In algebra, combining like terms is a critical step towards simplifying expressions and equations. Like terms are terms that have the same variables raised to the same power, allowing them to be added or subtracted from each other.

For example, when facing an equation such as \(\frac{3x}{2} + \frac{3x}{4} = \frac{x}{4} - 4\), the first step is to identify and combine the terms that have the same variable, in this case, 'x'. Combining \(\frac{3x}{2} + \frac{3x}{4}\) leads to \(\frac{5x}{2}\), since you are essentially adding the coefficients of 'x' while the variable part remains unchanged.

To master this concept, focus on understanding that you're grouping like factors together, just as you would combine identical items into one pile. This not only simplifies equations but also lays the groundwork for solving them.

Solving linear equations is a foundational skill in algebra. A linear equation is one in which the highest power of the variable is one. The general form is \(ax + b = 0\), where 'a' and 'b' are constants. To solve for 'x', you must isolate the variable on one side of the equation.

In the given exercise, after combining like terms, you are left with \(10x = x - 16\). To solve for 'x', subtract 'x' from both sides to isolate the terms containing 'x'. This leads to the equation \(9x = -16\), which you can then solve by dividing both sides by '9', yielding \(x = -\frac{16}{9}\).

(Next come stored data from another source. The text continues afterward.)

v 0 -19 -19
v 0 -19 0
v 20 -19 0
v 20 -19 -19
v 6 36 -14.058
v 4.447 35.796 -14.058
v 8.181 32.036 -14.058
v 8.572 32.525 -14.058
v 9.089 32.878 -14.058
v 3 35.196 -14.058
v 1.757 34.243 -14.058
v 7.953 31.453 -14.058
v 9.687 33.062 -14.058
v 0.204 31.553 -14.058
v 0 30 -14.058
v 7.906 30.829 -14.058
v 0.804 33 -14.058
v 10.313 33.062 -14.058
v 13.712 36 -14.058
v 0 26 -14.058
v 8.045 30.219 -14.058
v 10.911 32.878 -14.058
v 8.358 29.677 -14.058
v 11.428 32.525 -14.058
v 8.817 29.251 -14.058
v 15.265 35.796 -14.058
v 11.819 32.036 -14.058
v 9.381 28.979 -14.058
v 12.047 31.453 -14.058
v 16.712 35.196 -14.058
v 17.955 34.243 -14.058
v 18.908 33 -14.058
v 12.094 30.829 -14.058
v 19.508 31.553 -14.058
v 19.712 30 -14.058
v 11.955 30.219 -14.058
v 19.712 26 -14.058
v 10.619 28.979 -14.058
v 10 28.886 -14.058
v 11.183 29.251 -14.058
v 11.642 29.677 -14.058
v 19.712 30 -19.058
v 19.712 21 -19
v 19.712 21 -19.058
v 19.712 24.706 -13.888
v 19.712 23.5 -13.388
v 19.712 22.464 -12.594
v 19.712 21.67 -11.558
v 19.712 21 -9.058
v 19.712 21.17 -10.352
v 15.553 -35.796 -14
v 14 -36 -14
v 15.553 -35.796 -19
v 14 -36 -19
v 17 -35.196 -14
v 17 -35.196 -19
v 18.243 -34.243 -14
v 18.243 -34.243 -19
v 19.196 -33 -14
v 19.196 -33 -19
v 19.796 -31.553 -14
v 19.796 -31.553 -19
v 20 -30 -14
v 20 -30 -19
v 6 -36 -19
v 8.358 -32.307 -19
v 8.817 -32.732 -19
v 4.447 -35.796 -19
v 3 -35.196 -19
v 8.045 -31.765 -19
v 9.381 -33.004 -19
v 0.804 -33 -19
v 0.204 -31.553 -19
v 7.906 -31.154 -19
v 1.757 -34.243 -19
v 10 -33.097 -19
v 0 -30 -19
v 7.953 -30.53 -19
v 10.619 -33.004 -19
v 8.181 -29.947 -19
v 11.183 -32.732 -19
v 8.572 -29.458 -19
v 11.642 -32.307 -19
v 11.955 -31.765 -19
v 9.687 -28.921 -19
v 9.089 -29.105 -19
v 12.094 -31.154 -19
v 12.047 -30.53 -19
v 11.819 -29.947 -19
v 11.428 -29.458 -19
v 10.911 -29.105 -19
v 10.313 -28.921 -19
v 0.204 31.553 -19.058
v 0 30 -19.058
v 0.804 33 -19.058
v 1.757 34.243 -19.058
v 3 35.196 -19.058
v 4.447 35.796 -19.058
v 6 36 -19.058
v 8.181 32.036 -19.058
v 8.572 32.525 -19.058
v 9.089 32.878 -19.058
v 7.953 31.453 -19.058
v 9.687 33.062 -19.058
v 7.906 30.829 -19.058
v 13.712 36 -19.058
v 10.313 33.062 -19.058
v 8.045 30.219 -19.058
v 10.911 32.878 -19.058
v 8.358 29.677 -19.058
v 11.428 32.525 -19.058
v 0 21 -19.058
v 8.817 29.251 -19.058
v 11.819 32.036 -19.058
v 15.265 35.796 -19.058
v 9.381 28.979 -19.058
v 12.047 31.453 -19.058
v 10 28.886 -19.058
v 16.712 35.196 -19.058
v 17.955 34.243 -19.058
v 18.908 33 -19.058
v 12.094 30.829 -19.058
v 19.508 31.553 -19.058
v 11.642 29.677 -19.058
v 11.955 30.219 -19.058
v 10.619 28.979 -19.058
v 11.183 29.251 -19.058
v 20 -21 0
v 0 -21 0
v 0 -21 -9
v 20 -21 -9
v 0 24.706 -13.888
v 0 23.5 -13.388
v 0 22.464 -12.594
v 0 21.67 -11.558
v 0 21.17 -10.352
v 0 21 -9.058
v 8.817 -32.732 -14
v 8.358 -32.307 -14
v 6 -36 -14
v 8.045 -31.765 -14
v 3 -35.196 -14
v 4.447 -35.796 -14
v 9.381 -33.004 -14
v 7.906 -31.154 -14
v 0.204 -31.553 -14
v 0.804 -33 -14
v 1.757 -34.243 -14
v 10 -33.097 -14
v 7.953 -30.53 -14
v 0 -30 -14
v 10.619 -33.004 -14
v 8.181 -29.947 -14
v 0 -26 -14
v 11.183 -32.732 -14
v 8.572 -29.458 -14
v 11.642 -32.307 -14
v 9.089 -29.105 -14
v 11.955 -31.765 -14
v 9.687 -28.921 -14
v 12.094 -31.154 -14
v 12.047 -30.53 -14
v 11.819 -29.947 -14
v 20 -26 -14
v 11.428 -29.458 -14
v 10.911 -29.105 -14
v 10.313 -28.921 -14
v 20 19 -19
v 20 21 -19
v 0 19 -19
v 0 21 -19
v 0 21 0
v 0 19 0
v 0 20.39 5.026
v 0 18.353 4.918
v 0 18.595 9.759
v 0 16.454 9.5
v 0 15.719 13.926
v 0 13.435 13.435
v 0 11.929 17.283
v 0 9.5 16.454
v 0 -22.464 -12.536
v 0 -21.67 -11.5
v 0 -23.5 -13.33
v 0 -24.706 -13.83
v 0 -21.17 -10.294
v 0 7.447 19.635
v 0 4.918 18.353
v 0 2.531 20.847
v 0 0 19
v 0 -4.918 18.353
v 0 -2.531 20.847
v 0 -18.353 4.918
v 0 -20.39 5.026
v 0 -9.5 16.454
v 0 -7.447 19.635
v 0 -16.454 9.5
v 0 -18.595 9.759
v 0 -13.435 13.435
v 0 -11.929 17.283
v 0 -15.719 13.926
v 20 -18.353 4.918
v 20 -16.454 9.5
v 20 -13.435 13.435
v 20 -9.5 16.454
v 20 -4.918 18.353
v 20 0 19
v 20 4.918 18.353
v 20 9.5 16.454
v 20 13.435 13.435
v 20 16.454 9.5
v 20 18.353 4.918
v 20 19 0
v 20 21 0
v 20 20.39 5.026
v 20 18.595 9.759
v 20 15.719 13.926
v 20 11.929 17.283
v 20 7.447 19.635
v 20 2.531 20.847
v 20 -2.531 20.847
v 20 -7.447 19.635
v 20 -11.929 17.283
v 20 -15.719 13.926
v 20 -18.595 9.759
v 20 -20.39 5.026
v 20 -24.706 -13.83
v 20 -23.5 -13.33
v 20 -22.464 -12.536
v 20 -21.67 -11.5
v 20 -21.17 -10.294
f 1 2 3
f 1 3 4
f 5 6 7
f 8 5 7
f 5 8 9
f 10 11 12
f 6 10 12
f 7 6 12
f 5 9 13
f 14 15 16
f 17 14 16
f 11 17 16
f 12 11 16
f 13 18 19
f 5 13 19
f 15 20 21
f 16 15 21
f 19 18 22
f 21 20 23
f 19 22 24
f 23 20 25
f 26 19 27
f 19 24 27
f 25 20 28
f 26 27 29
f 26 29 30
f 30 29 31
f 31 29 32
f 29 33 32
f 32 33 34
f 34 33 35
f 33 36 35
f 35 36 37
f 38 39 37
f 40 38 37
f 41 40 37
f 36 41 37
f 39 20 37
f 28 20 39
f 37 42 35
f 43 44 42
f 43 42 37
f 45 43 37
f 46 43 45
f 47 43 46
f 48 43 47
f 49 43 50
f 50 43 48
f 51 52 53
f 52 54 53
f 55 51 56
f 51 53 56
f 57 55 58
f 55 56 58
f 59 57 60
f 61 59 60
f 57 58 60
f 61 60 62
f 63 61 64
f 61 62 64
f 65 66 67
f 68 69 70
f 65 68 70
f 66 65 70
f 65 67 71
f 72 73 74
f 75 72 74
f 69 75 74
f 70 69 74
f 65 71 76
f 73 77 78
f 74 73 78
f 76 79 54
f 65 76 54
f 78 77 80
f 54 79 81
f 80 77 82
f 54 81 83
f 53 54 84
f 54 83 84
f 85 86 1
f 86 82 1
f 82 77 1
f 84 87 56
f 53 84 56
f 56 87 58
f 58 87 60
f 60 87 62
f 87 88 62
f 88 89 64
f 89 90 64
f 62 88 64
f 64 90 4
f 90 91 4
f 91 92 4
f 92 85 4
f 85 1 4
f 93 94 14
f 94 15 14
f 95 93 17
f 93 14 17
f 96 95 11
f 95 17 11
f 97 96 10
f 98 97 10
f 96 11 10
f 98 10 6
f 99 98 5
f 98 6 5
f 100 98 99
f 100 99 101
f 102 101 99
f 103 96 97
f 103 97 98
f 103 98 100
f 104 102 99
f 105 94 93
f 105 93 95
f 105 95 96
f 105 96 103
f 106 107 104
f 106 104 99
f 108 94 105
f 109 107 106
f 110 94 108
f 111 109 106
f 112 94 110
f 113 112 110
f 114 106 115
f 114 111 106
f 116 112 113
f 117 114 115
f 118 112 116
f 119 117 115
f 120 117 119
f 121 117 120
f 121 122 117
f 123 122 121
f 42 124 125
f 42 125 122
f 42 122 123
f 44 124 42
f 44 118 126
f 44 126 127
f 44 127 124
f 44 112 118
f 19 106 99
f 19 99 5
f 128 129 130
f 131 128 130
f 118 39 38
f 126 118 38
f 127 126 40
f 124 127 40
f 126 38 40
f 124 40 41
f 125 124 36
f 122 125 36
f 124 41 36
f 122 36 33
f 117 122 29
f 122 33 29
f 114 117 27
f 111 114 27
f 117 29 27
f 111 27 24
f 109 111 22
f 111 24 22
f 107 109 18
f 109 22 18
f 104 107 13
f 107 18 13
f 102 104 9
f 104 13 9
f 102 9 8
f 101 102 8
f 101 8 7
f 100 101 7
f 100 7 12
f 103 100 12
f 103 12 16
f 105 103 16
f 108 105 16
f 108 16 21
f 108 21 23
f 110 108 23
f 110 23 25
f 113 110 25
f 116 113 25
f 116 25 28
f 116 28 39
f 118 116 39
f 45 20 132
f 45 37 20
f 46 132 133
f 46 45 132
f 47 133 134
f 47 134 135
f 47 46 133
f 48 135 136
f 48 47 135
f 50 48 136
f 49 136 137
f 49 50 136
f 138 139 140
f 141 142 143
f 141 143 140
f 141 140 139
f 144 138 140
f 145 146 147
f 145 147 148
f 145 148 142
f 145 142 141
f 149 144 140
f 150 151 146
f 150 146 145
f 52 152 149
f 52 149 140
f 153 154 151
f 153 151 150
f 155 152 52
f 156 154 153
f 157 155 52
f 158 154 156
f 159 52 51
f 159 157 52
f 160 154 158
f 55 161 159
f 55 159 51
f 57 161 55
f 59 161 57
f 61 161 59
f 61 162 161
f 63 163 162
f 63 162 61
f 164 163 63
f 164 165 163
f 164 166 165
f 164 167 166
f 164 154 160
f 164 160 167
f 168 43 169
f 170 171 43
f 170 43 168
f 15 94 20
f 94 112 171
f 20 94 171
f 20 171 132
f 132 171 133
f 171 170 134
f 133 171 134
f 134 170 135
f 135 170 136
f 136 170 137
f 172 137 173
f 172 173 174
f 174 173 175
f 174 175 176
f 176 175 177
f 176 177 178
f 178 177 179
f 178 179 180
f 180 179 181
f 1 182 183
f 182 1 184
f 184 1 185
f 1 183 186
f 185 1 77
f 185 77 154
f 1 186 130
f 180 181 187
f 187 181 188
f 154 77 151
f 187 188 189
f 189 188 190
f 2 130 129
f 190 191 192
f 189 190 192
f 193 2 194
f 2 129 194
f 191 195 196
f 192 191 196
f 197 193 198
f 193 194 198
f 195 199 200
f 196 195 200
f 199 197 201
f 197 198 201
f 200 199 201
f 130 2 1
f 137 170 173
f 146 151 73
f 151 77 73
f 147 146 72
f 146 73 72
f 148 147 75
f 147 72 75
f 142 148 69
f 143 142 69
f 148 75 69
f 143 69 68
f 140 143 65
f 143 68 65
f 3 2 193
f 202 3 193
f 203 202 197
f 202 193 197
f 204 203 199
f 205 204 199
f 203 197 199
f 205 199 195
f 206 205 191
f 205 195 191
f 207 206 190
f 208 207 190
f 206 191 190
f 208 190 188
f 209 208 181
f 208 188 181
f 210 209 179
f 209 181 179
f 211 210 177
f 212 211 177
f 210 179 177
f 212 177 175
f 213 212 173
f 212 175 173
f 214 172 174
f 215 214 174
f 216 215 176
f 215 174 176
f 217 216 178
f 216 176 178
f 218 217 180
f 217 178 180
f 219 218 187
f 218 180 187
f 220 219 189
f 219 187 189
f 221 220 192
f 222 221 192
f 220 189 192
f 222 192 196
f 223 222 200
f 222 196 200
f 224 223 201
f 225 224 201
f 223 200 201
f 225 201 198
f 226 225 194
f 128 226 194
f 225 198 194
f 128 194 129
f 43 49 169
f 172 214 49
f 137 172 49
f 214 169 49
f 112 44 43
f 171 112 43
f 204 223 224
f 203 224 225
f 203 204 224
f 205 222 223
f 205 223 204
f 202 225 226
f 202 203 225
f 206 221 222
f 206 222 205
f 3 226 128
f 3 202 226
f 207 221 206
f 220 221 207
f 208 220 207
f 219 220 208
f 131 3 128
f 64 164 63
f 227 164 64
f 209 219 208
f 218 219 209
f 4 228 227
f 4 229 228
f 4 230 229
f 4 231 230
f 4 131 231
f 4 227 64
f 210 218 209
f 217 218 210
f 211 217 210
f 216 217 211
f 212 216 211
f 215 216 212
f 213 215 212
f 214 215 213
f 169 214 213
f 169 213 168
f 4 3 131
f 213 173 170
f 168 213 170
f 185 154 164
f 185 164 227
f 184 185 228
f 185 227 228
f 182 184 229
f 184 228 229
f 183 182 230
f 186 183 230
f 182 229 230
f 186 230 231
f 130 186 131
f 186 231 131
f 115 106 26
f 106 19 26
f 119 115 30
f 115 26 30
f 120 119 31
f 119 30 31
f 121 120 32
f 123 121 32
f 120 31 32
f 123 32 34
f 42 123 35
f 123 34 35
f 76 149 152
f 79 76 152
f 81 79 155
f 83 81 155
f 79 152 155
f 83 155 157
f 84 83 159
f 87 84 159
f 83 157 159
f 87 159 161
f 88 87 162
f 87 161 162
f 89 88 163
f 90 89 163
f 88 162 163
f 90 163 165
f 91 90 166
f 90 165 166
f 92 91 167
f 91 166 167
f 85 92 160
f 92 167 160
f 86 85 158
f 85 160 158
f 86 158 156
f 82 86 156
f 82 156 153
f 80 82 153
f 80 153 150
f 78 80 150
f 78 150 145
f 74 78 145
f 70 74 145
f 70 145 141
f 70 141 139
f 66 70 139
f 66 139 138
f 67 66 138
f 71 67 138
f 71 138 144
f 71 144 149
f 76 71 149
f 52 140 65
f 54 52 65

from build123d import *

# Parameters (mm, degrees)
PAD001_DEPTH    = 20
POCKET_DEPTH    = 20
SKETCH003_W     = 5
SKETCH003_H     = 20
PAD002_DEPTH    = 15
SKETCH004_W     = 5
SKETCH004_H     = 19.712328
PAD003_DEPTH    = 15
FILLET_R        = 5
FILLET001_R     = 5
SKETCH005_R     = 2.1
POCKET001_DEPTH = 7
FILLET002_R     = 6


with BuildPart() as part:
    # Sketch001 → Pad001 (new body)
    with BuildSketch(Plane.YZ):
        with BuildLine():
            ThreePointArc((21, 0), (0, 21), (-21, 0))
            Line((-21, 0), (-21, -19))
            Line((21, -19), (-21, -19))
            Line((21, 0), (21, -19))
        make_face()
    extrude(amount=PAD001_DEPTH)

    # Sketch002 (on Face5 of Pad001) → Pocket (cut)
    with BuildSketch(Plane(origin=(0, 0, 0), x_dir=(0, 1, 0), z_dir=(-1, 0, 0))):
        with BuildLine():
            ThreePointArc((-19, 0), (0, -19), (19, 0))
            Line((19, 0), (19, 19))
            Line((-19, 19), (19, 19))
            Line((-19, 0), (-19, 19))
        make_face()
    extrude(amount=-POCKET_DEPTH, mode=Mode.SUBTRACT)

    # Sketch003 (on Face3 of Pocket) → Pad002 (join)
    with BuildSketch(Plane(origin=(0, -21, 0), x_dir=(0, 0, -1), z_dir=(0, -1, 0))):
        with Locations((16.5, 10)):
            Rectangle(SKETCH003_W, SKETCH003_H)
    extrude(amount=PAD002_DEPTH)

    # Sketch004 (on Face2 of Pad002) → Pad003 (join)
    with BuildSketch(Plane.ZX.offset(21)):
        with Locations((-16.558334, 9.856164)):
            Rectangle(SKETCH004_W, SKETCH004_H)
    extrude(amount=PAD003_DEPTH)

    # Fillet
    fillet_edges = [part.edges().sort_by_distance(p)[0] for p in [
        (9.856164, 21, -14.058334),
    ]]
    fillet(fillet_edges, radius=FILLET_R)

    # Fillet001
    fillet001_edges = [part.edges().sort_by_distance(p)[0] for p in [
        (10, -21, -14),
    ]]
    fillet(fillet001_edges, radius=FILLET001_R)

    # Sketch005 (on Face14 of Fillet001) → Pocket001 (cut)
    with BuildSketch(Plane(origin=(0, 0, -14), x_dir=(0, -1, 0), z_dir=(0, 0, 1))):
        with Locations((30.997393, 10)):
            Circle(SKETCH005_R)
        with Locations((-30.985943, 10)):
            Circle(SKETCH005_R)
    extrude(amount=-POCKET001_DEPTH, mode=Mode.SUBTRACT)

    # Fillet002
    fillet002_edges = [part.edges().sort_by_distance(p)[0] for p in [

Remember, the goal is to get 'x' by itself, so reverse the operations that are being applied to 'x', maintaining the balance by performing each operation on both sides of the equation. Practice this concept by working through a variety of linear equations to develop a clear understanding of the solving process.

Substitution is a technique used in algebra to find the value of expressions. Once you find the value of the variable, you 'substitute' it into another expression to evaluate it. This is particularly important when solving a set of equations or evaluating expressions where the variable appears in more complex forms.

In our example, after solving the linear equation, you find that \(x = -\frac{16}{9}\). To evaluate \(x^2 - x\), you substitute the value of 'x' into the expression, resulting in \(\left(-\frac{16}{9}\right)^2 - \left(-\frac{16}{9}\right) = \frac{256}{81} + \frac{16}{9} = \frac{400}{81}\).

Substitution is a powerful tool that can be used for a variety of purposes in algebra, such as solving systems of equations or evaluating functions. It is a straightforward process, but requires careful attention to ensure that the substitution is done correctly. Precise substitution is key to obtaining the correct results in algebraic computations.